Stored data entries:
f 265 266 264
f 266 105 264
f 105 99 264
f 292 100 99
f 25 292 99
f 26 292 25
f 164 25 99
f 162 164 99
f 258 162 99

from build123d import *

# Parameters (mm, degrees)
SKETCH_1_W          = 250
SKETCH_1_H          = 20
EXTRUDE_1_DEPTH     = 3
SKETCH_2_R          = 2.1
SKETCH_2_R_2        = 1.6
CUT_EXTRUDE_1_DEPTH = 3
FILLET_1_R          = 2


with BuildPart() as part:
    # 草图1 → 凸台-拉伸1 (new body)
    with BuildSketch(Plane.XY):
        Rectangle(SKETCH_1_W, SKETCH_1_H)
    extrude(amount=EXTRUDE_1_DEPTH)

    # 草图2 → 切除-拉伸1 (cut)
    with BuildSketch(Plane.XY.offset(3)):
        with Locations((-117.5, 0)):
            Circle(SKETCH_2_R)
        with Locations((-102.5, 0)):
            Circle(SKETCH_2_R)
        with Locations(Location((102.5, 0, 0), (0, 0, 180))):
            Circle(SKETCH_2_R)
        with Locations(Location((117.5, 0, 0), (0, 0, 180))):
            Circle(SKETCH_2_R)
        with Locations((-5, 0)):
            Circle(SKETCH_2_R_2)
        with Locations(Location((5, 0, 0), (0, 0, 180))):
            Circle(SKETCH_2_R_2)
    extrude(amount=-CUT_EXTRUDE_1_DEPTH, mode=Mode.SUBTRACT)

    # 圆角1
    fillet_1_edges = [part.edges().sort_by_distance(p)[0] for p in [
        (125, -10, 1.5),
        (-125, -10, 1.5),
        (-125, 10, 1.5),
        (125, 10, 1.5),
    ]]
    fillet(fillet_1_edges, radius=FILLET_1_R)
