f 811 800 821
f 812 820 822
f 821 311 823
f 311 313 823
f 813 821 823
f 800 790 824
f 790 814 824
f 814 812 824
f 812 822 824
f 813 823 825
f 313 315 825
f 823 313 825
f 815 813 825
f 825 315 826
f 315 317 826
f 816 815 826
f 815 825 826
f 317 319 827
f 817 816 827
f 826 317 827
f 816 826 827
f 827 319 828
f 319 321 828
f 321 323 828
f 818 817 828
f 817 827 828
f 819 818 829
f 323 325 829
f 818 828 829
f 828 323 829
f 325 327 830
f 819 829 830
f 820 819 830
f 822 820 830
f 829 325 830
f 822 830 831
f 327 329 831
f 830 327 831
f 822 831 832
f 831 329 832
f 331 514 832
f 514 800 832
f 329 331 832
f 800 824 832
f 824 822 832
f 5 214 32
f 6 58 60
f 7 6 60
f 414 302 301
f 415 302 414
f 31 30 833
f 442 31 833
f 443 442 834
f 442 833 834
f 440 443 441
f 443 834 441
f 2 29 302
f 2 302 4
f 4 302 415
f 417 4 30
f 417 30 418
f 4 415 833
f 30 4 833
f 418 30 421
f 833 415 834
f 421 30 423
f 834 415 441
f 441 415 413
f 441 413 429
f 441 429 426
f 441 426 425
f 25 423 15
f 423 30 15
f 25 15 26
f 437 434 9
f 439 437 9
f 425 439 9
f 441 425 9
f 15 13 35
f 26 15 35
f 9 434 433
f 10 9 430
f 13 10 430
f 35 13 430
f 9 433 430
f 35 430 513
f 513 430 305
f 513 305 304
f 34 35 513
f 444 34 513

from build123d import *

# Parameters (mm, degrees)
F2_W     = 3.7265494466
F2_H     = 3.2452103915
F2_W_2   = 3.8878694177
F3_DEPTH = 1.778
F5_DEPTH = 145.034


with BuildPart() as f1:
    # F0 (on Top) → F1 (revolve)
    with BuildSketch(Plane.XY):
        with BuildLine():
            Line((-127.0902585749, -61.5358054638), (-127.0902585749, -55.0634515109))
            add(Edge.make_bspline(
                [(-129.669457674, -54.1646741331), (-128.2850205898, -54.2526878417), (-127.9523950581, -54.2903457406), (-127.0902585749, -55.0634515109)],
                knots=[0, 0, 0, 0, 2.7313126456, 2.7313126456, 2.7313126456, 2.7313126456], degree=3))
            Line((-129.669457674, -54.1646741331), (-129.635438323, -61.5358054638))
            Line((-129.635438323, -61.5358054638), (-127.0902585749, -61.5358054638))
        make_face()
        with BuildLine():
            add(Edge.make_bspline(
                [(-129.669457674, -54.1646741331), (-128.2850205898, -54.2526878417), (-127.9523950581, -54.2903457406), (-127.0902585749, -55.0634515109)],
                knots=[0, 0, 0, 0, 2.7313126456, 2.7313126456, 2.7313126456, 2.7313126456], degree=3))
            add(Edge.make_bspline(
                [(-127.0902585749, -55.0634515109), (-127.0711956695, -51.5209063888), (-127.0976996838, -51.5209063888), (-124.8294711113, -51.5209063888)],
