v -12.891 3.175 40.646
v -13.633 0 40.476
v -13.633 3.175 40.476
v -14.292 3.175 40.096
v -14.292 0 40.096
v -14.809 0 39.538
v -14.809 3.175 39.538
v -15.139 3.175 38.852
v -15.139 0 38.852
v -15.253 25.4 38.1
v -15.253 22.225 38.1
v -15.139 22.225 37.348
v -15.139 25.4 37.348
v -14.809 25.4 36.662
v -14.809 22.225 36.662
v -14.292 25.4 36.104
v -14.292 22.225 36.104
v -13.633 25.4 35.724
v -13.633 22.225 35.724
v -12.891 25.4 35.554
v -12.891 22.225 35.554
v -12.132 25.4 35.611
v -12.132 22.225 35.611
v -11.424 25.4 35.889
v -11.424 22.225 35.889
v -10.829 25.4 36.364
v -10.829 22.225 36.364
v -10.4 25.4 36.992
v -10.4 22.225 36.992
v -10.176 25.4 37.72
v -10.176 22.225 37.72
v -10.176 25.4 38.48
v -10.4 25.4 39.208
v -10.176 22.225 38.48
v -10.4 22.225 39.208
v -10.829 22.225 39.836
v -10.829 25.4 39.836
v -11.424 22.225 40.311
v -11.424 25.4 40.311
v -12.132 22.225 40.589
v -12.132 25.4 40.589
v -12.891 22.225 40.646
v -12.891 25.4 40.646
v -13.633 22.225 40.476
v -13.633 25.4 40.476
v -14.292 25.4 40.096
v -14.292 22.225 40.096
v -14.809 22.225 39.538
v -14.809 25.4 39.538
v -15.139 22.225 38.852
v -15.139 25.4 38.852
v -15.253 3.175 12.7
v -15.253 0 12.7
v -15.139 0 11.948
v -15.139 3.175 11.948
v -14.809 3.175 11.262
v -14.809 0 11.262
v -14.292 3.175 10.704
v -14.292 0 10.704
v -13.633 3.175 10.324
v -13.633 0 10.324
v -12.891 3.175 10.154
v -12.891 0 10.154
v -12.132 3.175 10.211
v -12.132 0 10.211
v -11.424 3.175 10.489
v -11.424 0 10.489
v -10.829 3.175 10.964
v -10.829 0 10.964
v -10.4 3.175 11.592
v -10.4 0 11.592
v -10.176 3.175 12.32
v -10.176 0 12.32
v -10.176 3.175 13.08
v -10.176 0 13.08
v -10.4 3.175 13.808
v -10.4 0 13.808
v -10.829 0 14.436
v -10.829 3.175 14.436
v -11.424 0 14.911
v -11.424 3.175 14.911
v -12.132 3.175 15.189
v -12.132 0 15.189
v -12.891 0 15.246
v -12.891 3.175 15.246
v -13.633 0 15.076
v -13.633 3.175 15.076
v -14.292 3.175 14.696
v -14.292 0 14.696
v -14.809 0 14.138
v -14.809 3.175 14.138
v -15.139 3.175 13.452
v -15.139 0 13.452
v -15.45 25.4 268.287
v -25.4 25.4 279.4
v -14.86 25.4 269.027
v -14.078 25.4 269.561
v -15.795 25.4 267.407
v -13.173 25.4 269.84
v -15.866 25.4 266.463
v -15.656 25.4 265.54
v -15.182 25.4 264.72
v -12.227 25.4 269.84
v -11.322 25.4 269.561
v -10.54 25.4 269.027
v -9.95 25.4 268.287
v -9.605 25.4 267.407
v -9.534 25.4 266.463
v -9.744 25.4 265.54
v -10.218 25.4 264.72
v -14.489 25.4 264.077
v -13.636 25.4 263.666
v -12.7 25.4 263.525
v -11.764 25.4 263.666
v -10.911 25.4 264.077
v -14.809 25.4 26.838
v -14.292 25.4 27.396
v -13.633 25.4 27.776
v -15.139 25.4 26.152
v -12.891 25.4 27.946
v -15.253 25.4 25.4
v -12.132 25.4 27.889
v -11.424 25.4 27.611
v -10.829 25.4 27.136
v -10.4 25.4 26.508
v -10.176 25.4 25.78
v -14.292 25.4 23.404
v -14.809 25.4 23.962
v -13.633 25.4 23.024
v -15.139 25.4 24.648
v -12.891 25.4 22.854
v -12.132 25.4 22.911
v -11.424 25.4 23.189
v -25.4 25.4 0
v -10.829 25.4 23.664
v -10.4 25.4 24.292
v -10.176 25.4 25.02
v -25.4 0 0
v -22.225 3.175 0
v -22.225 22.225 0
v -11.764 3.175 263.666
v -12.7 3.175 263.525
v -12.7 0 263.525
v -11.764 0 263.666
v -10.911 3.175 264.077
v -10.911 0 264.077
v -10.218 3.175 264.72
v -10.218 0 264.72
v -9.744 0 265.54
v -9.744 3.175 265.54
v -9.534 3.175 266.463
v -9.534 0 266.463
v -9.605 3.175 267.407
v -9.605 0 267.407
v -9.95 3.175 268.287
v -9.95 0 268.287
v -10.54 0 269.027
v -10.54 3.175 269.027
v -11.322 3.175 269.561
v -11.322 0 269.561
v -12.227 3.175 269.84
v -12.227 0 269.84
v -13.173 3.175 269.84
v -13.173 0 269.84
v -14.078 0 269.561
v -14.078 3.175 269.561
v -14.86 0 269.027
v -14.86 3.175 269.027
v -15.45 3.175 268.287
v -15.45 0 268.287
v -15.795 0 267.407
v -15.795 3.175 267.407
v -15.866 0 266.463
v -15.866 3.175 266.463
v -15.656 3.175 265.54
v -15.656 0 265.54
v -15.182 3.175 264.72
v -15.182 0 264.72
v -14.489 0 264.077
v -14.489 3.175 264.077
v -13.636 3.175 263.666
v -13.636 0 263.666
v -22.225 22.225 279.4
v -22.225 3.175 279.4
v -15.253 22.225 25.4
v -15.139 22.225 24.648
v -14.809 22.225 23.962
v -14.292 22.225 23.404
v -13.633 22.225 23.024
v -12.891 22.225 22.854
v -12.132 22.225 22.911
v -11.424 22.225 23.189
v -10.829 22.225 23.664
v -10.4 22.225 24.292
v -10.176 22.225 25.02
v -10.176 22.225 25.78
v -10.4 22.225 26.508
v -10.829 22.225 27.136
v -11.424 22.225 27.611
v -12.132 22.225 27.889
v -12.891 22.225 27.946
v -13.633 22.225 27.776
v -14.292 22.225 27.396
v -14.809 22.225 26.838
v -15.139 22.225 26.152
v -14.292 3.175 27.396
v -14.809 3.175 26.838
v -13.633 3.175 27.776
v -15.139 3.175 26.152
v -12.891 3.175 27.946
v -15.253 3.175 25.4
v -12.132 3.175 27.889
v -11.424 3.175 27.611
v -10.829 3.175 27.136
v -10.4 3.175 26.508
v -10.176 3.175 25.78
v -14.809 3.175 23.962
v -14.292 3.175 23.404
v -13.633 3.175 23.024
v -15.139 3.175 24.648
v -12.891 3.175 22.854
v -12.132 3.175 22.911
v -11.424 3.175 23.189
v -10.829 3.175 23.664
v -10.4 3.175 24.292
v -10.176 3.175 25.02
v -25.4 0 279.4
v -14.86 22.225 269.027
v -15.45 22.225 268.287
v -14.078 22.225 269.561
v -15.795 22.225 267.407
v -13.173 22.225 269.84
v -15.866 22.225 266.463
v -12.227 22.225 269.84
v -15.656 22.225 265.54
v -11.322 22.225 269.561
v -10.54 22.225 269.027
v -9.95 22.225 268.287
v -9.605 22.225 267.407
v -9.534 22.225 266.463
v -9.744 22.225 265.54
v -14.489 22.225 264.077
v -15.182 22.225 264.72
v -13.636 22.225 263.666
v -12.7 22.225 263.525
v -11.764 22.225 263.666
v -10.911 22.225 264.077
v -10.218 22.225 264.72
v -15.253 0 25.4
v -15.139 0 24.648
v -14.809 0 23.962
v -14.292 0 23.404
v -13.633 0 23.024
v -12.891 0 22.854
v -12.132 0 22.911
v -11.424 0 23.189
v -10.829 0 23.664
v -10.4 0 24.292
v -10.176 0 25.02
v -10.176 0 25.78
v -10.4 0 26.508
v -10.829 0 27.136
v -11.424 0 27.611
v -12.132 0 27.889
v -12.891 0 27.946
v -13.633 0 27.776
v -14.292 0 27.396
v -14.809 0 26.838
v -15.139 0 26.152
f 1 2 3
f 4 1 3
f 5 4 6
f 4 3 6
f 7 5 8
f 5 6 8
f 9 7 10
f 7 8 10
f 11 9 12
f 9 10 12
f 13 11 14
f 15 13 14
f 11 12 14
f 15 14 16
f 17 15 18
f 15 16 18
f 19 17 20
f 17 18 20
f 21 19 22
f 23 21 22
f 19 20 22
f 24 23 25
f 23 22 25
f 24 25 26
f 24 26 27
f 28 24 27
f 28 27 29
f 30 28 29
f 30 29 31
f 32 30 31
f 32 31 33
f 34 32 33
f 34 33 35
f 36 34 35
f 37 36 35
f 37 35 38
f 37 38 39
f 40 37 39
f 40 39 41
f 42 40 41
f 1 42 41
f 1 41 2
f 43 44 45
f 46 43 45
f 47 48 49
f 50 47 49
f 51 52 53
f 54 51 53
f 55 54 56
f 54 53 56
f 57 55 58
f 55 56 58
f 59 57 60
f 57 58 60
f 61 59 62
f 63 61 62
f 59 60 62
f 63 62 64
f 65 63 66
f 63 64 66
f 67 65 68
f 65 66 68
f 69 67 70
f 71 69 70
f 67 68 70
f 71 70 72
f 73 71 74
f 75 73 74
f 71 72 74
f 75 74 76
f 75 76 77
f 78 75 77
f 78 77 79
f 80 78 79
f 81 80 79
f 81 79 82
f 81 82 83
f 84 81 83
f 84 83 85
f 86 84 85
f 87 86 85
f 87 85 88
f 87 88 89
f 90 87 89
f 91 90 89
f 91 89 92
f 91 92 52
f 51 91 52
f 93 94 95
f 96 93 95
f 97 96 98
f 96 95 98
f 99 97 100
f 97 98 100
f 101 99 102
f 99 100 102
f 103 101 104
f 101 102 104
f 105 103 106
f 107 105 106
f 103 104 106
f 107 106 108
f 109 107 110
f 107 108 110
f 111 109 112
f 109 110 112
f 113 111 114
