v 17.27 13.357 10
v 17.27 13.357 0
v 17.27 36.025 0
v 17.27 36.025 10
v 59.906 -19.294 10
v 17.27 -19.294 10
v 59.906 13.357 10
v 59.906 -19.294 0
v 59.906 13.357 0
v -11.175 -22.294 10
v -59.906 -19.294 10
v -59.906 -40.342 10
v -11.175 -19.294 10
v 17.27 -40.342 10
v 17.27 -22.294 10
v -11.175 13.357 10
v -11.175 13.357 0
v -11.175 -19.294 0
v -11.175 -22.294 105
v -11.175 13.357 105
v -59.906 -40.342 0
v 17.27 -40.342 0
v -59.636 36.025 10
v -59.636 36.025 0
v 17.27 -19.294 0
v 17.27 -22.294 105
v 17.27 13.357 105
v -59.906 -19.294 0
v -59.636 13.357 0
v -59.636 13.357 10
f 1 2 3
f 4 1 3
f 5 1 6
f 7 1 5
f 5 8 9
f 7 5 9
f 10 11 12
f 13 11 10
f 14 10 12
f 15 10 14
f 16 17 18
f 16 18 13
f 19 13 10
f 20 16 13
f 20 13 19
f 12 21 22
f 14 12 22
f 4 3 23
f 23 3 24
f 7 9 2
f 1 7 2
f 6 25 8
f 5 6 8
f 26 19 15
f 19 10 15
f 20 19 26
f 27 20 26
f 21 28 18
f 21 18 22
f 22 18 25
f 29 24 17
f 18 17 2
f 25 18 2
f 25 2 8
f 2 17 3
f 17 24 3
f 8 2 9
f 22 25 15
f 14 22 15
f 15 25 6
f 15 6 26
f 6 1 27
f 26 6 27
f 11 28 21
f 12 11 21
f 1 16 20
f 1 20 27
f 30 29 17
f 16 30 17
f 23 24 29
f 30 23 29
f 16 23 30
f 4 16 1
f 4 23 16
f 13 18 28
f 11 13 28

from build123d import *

# Parameters (mm, degrees)
F1_DEPTH = 10
F2_DEPTH = 15
F3_W     = 28.4455648065
F3_H     = 32.6516358182
F4_DEPTH = 50
F5_DEPTH = 45
F6_DEPTH = 3


with BuildPart() as f1:
    # F0 (on Top) → F1 (new body)
    with BuildSketch(Plane.XY):
        Polygon((17.2702856362, 36.0247381032), (-59.6364587545, 36.0247381032), (-59.6364587545, 13.3574875072), (-26.1752791703, 13.3574875072), (-26.1752791703, -19.294148311), (-59.9063038826, -19.294148311), (-59.9063038826, -40.3423085809), (17.2702856362, -40.3423085809), (17.2702856362, -19.294148311), (59.9063113332, -19.294148311), (59.9063113332, 13.3574875072), (17.2702856362, 13.3574875072), align=None)
    extrude(amount=F1_DEPTH)

    # F2 (cut): a face of the model
    f2_faces = [f1.faces().sort_by_distance(p)[0] for p in [
        (-26.1752791703, -2.9683304019, 5),
    ]]
    extrude(f2_faces, amount=-F2_DEPTH, mode=Mode.SUBTRACT)

    # F3 (on face) → F4 (join)
    with BuildSketch(Plane.XY.offset(10)):
        with Locations((3.047503233, -2.9683304019)):
            Rectangle(F3_W, F3_H)
    extrude(amount=F4_DEPTH)

    # F5 (add): a face of the model
    f5_faces = [f1.faces().sort_by_distance(p)[0] for p in [
        (3.047503233, -2.9683304019, 60),
    ]]
    extrude(f5_faces, amount=F5_DEPTH)

    # F6 (add): a face of the model
    f6_faces = [f1.faces().sort_by_distance(p)[0] for p in [
        (3.047503233, -19.294148311, 57.5),
    ]]
    extrude(f6_faces, amount=F6_DEPTH)


solid = f1.part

__EXERCISE__
Extract exactly and only the lines above from the line containing "v -12.891 25.4 27.946" through the line containing "v -9.605 3.175 267.407", both end lines included.

__SOLUTION TO THE EXERCISE__
v -12.891 25.4 27.946
v -15.253 25.4 25.4
v -12.132 25.4 27.889
v -11.424 25.4 27.611
v -10.829 25.4 27.136
v -10.4 25.4 26.508
v -10.176 25.4 25.78
v -14.292 25.4 23.404
v -14.809 25.4 23.962
v -13.633 25.4 23.024
v -15.139 25.4 24.648
v -12.891 25.4 22.854
v -12.132 25.4 22.911
v -11.424 25.4 23.189
v -25.4 25.4 0
v -10.829 25.4 23.664
v -10.4 25.4 24.292
v -10.176 25.4 25.02
v -25.4 0 0
v -22.225 3.175 0
v -22.225 22.225 0
v -11.764 3.175 263.666
v -12.7 3.175 263.525
v -12.7 0 263.525
v -11.764 0 263.666
v -10.911 3.175 264.077
v -10.911 0 264.077
v -10.218 3.175 264.72
v -10.218 0 264.72
v -9.744 0 265.54
v -9.744 3.175 265.54
v -9.534 3.175 266.463
v -9.534 0 266.463
v -9.605 3.175 267.407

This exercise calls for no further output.